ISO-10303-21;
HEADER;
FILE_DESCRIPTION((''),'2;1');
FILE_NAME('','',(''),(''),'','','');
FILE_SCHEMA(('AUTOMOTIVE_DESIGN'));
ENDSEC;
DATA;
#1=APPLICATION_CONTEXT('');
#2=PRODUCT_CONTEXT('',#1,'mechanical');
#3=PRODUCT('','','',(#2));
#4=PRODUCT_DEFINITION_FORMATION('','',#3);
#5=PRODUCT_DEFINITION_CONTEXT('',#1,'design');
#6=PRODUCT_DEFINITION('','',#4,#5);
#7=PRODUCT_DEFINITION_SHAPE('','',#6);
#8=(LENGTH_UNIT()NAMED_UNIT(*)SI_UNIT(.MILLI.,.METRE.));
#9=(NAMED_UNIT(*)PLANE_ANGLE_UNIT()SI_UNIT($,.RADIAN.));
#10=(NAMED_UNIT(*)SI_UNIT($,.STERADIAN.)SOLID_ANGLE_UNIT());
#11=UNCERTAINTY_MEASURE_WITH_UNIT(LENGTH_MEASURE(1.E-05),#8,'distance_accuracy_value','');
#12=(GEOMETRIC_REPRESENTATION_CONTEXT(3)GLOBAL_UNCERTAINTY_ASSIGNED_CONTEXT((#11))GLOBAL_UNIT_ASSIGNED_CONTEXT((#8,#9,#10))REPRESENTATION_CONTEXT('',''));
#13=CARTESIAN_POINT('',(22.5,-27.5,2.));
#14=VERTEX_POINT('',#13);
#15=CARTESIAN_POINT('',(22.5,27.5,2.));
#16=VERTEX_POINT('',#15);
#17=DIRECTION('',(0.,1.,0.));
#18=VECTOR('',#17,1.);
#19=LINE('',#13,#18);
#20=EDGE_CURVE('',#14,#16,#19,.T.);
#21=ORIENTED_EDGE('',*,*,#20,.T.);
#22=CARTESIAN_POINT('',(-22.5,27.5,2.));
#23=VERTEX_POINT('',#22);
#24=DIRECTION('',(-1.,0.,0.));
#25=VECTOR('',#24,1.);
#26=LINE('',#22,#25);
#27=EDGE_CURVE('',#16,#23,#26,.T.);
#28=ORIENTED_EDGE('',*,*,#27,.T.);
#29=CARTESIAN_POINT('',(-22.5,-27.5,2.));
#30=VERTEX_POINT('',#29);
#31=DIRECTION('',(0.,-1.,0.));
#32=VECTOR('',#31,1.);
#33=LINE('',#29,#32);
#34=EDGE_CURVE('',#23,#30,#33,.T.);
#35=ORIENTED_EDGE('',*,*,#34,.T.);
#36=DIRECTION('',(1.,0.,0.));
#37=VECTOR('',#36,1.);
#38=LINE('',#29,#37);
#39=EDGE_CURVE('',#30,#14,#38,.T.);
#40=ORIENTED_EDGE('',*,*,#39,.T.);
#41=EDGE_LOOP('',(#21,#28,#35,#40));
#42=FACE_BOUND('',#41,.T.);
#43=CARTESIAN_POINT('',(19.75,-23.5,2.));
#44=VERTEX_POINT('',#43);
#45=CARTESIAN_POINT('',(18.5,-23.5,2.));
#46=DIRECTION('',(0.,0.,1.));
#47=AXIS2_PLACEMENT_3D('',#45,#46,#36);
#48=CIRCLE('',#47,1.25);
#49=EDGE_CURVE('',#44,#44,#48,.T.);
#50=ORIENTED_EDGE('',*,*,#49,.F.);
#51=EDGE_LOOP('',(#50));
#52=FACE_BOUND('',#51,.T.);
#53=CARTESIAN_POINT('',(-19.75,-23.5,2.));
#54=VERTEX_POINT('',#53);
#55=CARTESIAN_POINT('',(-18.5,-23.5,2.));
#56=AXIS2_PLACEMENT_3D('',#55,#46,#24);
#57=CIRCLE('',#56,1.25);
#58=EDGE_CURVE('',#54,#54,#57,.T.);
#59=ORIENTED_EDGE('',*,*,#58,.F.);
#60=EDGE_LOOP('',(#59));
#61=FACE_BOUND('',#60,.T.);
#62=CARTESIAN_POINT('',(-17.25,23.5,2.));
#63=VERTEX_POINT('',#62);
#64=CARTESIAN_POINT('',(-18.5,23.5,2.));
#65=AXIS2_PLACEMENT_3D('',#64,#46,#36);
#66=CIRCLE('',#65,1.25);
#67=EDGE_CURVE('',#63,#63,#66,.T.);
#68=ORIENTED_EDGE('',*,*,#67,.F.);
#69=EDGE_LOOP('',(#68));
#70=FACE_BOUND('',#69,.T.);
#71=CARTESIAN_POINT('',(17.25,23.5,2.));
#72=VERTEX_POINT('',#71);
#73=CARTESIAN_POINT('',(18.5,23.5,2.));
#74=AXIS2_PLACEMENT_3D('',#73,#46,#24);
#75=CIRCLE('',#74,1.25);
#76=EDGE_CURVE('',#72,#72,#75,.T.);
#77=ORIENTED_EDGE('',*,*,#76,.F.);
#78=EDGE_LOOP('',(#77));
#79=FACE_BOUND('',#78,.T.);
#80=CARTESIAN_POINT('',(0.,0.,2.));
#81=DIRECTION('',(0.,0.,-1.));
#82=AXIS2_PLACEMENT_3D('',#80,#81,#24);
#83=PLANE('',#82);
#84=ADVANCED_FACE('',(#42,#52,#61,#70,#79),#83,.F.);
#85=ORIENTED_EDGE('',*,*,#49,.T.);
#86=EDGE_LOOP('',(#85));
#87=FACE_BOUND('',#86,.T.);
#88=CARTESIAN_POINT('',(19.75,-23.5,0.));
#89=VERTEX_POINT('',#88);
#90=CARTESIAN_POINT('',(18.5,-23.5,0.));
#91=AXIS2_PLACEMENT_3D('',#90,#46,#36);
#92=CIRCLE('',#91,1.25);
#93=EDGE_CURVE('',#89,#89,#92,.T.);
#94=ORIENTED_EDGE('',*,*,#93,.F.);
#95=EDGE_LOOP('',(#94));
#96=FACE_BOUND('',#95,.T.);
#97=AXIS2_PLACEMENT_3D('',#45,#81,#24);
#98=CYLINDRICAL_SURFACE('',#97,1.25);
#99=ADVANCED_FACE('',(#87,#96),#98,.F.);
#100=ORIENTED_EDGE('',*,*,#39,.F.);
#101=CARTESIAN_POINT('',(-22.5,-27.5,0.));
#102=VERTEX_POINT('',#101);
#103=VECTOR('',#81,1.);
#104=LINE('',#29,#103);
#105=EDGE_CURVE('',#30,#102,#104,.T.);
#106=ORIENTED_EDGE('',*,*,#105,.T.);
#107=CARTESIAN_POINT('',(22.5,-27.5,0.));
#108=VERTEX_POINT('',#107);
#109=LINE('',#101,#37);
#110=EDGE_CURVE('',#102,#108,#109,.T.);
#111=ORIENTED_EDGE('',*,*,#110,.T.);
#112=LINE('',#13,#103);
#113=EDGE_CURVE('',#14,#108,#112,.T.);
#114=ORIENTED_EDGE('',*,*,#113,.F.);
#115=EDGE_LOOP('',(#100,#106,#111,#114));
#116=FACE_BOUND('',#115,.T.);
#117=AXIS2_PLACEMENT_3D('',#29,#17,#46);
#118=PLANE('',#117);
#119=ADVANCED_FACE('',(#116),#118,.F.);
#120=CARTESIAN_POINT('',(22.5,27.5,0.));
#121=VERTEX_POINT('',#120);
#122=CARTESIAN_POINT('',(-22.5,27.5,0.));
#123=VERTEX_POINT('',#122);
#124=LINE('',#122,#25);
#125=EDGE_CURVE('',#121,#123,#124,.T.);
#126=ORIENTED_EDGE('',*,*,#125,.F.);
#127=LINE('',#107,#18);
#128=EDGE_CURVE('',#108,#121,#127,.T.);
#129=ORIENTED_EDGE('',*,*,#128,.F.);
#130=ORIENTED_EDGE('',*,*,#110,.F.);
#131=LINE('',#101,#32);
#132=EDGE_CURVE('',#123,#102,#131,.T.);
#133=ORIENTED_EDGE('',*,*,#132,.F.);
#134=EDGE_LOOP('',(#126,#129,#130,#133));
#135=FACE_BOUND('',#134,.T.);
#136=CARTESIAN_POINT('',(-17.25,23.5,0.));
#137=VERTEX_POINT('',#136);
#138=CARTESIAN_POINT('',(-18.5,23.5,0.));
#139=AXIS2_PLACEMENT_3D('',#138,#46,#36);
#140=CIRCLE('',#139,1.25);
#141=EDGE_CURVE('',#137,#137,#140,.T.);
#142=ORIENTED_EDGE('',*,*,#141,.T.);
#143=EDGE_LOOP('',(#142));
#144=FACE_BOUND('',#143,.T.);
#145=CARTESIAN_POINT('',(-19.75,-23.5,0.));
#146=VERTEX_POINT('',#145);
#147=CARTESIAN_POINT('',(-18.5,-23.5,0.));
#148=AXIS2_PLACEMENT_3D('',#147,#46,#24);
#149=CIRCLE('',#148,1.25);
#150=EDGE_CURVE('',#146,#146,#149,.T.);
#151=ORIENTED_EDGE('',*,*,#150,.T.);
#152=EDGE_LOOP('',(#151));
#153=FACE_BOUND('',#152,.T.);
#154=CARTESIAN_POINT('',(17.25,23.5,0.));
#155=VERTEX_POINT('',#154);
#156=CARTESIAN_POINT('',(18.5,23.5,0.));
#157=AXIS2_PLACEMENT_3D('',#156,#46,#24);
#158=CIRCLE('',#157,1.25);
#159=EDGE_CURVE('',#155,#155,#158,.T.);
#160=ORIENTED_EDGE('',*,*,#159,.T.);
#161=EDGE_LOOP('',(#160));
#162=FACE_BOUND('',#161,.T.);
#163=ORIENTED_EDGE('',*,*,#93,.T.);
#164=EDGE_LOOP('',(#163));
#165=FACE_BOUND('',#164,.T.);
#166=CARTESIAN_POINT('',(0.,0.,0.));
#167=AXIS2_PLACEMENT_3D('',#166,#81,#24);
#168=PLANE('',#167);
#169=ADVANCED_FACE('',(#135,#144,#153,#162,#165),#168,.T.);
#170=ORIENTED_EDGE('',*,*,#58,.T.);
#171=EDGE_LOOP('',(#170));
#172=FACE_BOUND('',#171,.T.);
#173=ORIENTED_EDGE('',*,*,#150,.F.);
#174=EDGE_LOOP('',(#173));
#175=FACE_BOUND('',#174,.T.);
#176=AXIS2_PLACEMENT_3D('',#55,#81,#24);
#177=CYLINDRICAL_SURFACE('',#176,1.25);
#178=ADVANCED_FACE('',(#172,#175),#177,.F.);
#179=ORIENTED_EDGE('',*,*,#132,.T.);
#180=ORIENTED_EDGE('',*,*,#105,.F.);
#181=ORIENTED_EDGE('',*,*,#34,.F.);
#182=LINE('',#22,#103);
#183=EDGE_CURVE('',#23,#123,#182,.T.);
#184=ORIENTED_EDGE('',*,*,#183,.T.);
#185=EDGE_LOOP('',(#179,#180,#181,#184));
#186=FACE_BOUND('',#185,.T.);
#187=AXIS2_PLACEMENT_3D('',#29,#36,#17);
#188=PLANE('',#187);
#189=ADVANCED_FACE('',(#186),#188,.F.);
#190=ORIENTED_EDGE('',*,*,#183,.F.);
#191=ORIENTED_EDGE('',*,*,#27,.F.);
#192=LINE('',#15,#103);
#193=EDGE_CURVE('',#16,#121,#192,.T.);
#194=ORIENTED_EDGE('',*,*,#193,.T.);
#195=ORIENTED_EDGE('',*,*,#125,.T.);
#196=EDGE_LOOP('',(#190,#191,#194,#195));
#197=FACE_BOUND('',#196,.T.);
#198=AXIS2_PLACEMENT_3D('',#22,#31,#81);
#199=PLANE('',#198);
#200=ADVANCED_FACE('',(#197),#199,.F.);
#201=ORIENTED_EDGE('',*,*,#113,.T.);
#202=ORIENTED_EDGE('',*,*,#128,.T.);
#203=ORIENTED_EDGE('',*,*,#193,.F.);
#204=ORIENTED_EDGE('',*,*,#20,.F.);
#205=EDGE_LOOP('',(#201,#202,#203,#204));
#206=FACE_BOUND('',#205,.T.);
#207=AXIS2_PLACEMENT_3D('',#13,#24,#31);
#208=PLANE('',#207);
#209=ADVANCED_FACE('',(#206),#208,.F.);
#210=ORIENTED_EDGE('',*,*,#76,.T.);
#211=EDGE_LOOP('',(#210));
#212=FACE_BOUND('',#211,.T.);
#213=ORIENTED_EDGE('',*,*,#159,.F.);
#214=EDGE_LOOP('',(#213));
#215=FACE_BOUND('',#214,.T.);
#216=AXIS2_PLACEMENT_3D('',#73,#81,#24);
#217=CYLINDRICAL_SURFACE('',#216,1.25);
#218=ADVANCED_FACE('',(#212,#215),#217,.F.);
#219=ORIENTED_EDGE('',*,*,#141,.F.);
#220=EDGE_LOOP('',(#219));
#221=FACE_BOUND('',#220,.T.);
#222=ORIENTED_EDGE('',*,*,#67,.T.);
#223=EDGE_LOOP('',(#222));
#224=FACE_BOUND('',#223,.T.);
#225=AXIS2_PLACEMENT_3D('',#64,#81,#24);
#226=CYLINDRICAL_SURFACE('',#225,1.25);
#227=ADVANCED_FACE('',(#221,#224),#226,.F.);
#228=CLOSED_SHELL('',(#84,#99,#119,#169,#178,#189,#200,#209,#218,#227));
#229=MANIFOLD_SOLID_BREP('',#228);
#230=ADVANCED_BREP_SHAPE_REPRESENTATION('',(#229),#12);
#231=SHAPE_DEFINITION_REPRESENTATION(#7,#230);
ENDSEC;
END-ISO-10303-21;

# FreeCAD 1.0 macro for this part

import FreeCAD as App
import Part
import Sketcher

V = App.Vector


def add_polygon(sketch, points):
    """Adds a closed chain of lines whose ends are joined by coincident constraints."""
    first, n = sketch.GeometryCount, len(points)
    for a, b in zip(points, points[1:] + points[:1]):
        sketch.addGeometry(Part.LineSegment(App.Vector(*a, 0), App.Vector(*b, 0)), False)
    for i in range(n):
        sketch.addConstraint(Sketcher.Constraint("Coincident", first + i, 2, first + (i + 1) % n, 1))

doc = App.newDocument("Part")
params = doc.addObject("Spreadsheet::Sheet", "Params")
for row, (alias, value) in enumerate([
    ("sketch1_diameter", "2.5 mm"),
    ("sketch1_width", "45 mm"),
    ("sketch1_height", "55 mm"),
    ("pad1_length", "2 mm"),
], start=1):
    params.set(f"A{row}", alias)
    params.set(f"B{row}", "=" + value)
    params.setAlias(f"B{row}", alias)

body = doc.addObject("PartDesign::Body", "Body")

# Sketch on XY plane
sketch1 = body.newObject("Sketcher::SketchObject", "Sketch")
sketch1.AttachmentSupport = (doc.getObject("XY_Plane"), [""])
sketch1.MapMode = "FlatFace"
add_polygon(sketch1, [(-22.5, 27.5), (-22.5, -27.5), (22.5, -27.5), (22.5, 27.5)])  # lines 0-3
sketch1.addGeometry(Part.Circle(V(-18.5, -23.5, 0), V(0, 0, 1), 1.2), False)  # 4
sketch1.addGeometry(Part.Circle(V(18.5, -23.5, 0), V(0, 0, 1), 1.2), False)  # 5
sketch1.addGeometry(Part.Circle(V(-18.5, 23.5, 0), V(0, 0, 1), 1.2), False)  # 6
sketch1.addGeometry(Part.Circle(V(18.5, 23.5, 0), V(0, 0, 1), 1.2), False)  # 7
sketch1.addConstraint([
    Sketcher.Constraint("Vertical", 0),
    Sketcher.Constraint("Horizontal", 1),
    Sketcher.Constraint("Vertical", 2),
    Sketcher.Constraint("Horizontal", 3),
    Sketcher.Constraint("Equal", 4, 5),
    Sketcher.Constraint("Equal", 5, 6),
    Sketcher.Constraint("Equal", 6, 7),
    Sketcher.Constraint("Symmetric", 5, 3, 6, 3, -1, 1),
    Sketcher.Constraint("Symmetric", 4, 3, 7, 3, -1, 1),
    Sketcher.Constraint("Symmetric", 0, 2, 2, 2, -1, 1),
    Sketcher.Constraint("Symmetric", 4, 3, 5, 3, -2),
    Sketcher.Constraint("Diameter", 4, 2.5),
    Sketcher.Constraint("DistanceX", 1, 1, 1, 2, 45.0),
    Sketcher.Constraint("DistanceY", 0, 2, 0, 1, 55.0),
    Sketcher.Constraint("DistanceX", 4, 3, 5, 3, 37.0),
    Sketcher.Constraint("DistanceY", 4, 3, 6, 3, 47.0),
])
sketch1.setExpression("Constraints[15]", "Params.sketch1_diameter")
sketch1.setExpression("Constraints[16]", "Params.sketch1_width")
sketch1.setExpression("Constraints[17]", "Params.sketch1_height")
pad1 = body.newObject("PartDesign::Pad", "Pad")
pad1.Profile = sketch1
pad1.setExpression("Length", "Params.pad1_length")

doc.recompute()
* * *
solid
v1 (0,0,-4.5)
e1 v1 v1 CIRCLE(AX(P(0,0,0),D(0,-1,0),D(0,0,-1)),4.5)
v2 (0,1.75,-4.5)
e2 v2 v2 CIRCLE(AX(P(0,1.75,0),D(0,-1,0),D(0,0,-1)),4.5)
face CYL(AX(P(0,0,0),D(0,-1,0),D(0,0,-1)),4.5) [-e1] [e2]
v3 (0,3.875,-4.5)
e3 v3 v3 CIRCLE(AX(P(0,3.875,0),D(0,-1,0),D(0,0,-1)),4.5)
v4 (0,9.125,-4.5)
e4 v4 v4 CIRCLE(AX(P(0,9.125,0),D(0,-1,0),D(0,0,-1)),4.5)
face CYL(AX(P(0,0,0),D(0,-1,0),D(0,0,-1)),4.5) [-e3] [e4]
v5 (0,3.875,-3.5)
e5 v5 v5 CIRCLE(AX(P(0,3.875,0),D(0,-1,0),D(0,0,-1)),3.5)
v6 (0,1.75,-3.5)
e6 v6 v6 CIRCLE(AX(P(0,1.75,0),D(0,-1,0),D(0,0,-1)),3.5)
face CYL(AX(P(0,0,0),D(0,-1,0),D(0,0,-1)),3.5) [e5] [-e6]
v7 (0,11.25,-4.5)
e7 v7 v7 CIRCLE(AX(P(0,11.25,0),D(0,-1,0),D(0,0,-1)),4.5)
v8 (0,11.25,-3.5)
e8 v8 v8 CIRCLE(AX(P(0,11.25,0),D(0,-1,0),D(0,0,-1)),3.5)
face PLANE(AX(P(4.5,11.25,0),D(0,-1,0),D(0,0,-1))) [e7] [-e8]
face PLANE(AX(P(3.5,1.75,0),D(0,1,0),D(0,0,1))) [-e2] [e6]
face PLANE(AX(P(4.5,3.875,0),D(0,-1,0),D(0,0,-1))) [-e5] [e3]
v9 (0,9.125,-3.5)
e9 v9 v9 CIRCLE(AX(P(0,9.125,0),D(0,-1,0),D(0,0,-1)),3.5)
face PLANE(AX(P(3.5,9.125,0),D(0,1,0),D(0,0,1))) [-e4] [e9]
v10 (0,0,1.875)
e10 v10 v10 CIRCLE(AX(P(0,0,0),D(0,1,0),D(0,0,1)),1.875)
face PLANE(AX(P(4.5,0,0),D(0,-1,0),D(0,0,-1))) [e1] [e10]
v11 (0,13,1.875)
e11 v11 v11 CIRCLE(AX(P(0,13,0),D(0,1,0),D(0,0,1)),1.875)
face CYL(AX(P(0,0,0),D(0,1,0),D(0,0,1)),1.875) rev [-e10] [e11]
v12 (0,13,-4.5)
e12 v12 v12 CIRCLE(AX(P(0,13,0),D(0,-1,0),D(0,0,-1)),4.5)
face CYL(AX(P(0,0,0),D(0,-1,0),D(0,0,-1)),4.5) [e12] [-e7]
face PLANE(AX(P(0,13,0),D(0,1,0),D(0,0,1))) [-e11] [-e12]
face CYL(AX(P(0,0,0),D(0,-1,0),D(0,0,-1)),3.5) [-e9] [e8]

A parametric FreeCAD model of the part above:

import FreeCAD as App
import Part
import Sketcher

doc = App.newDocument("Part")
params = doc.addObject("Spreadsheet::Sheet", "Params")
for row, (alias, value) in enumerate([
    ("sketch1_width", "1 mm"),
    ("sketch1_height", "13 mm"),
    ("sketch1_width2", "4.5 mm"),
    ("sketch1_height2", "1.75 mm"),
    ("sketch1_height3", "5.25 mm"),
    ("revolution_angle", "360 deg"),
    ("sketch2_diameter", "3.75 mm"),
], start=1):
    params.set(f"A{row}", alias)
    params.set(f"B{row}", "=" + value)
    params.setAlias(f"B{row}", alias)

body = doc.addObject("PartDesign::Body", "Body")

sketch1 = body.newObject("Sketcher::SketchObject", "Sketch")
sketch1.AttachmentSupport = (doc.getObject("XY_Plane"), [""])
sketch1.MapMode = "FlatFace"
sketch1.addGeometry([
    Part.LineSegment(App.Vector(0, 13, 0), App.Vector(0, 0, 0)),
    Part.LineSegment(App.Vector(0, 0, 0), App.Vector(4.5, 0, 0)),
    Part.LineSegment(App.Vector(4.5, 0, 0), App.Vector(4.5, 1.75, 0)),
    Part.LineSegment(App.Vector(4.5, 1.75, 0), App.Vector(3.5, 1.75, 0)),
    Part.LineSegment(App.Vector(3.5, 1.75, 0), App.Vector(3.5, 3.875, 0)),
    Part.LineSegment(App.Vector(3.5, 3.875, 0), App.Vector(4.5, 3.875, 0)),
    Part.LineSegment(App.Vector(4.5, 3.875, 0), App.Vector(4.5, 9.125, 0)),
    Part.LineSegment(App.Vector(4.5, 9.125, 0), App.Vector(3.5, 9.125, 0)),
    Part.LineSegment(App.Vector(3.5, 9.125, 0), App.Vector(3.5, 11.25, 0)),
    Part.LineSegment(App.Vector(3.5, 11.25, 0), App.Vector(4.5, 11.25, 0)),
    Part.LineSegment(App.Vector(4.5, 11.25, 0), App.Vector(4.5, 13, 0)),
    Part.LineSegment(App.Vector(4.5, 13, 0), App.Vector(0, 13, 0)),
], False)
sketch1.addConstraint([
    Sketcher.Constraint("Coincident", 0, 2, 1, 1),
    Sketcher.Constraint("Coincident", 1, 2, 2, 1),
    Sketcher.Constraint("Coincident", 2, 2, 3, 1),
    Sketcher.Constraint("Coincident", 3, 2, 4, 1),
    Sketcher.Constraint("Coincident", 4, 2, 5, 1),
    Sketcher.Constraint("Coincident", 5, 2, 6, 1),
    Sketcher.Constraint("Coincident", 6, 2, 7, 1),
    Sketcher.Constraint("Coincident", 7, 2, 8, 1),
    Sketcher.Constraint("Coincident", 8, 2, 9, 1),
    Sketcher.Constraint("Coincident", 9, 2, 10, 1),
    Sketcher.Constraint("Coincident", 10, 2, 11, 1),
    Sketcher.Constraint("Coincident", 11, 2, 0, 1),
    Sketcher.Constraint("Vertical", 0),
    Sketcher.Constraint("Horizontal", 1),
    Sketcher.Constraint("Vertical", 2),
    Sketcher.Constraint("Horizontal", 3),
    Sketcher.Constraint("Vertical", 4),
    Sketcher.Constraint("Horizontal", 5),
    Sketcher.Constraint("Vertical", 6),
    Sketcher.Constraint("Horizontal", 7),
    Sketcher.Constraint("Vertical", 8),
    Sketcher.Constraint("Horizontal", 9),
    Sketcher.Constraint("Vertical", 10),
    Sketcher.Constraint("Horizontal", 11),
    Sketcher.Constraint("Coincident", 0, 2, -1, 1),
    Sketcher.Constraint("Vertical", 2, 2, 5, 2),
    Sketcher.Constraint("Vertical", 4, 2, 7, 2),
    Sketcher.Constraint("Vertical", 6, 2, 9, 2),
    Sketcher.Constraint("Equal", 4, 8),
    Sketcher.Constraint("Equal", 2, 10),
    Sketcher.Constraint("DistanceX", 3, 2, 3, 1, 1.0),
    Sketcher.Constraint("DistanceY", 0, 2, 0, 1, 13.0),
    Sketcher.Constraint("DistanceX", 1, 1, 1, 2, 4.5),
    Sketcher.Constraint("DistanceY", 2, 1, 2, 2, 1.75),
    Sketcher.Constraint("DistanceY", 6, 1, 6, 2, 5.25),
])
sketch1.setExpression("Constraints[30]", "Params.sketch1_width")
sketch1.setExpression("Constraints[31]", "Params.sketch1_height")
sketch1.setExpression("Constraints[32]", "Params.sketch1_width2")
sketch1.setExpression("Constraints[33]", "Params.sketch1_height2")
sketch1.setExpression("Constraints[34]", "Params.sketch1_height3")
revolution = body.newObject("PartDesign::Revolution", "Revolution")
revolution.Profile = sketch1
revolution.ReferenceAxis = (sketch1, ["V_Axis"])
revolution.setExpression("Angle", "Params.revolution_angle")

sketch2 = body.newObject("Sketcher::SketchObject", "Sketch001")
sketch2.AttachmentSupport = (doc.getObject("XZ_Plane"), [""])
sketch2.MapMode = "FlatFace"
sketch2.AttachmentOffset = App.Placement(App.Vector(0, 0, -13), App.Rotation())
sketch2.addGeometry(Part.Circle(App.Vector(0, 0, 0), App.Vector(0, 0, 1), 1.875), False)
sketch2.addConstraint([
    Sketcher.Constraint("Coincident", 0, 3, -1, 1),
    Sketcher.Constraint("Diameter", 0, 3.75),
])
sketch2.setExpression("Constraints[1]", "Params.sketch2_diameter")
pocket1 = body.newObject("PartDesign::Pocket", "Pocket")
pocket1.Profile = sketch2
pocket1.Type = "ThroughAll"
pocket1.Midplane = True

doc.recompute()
--
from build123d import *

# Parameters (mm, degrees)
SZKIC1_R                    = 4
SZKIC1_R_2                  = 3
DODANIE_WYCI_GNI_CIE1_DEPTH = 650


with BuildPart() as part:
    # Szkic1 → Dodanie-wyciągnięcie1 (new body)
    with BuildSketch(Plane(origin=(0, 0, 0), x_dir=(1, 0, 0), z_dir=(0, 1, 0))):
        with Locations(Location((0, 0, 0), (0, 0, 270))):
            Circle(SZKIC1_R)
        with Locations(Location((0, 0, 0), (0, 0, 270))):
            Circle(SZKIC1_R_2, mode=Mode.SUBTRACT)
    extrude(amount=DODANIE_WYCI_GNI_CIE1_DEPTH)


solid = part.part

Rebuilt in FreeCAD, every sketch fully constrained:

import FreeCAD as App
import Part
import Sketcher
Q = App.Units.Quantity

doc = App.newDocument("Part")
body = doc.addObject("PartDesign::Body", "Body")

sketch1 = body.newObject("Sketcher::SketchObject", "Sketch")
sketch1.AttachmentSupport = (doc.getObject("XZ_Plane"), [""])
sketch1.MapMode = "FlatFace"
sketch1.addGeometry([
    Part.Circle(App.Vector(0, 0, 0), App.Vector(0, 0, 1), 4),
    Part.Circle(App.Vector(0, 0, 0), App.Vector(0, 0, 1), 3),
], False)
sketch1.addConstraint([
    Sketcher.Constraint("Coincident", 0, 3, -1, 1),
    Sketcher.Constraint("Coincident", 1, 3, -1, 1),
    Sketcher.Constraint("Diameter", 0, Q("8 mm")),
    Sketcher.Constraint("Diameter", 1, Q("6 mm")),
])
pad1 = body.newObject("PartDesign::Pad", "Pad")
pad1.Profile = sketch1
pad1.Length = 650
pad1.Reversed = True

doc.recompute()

EXERCISE AIM
From the data above, output only the lines between the line containing "#110=EDGE_CURVE('',#102,#108,#109,.T.);" and the line containing "#133=ORIENTED_EDGE('',*,*,#132,.F.);", inclusive, exactly as written.

SOLUTION BELOW
#110=EDGE_CURVE('',#102,#108,#109,.T.);
#111=ORIENTED_EDGE('',*,*,#110,.T.);
#112=LINE('',#13,#103);
#113=EDGE_CURVE('',#14,#108,#112,.T.);
#114=ORIENTED_EDGE('',*,*,#113,.F.);
#115=EDGE_LOOP('',(#100,#106,#111,#114));
#116=FACE_BOUND('',#115,.T.);
#117=AXIS2_PLACEMENT_3D('',#29,#17,#46);
#118=PLANE('',#117);
#119=ADVANCED_FACE('',(#116),#118,.F.);
#120=CARTESIAN_POINT('',(22.5,27.5,0.));
#121=VERTEX_POINT('',#120);
#122=CARTESIAN_POINT('',(-22.5,27.5,0.));
#123=VERTEX_POINT('',#122);
#124=LINE('',#122,#25);
#125=EDGE_CURVE('',#121,#123,#124,.T.);
#126=ORIENTED_EDGE('',*,*,#125,.F.);
#127=LINE('',#107,#18);
#128=EDGE_CURVE('',#108,#121,#127,.T.);
#129=ORIENTED_EDGE('',*,*,#128,.F.);
#130=ORIENTED_EDGE('',*,*,#110,.F.);
#131=LINE('',#101,#32);
#132=EDGE_CURVE('',#123,#102,#131,.T.);
#133=ORIENTED_EDGE('',*,*,#132,.F.);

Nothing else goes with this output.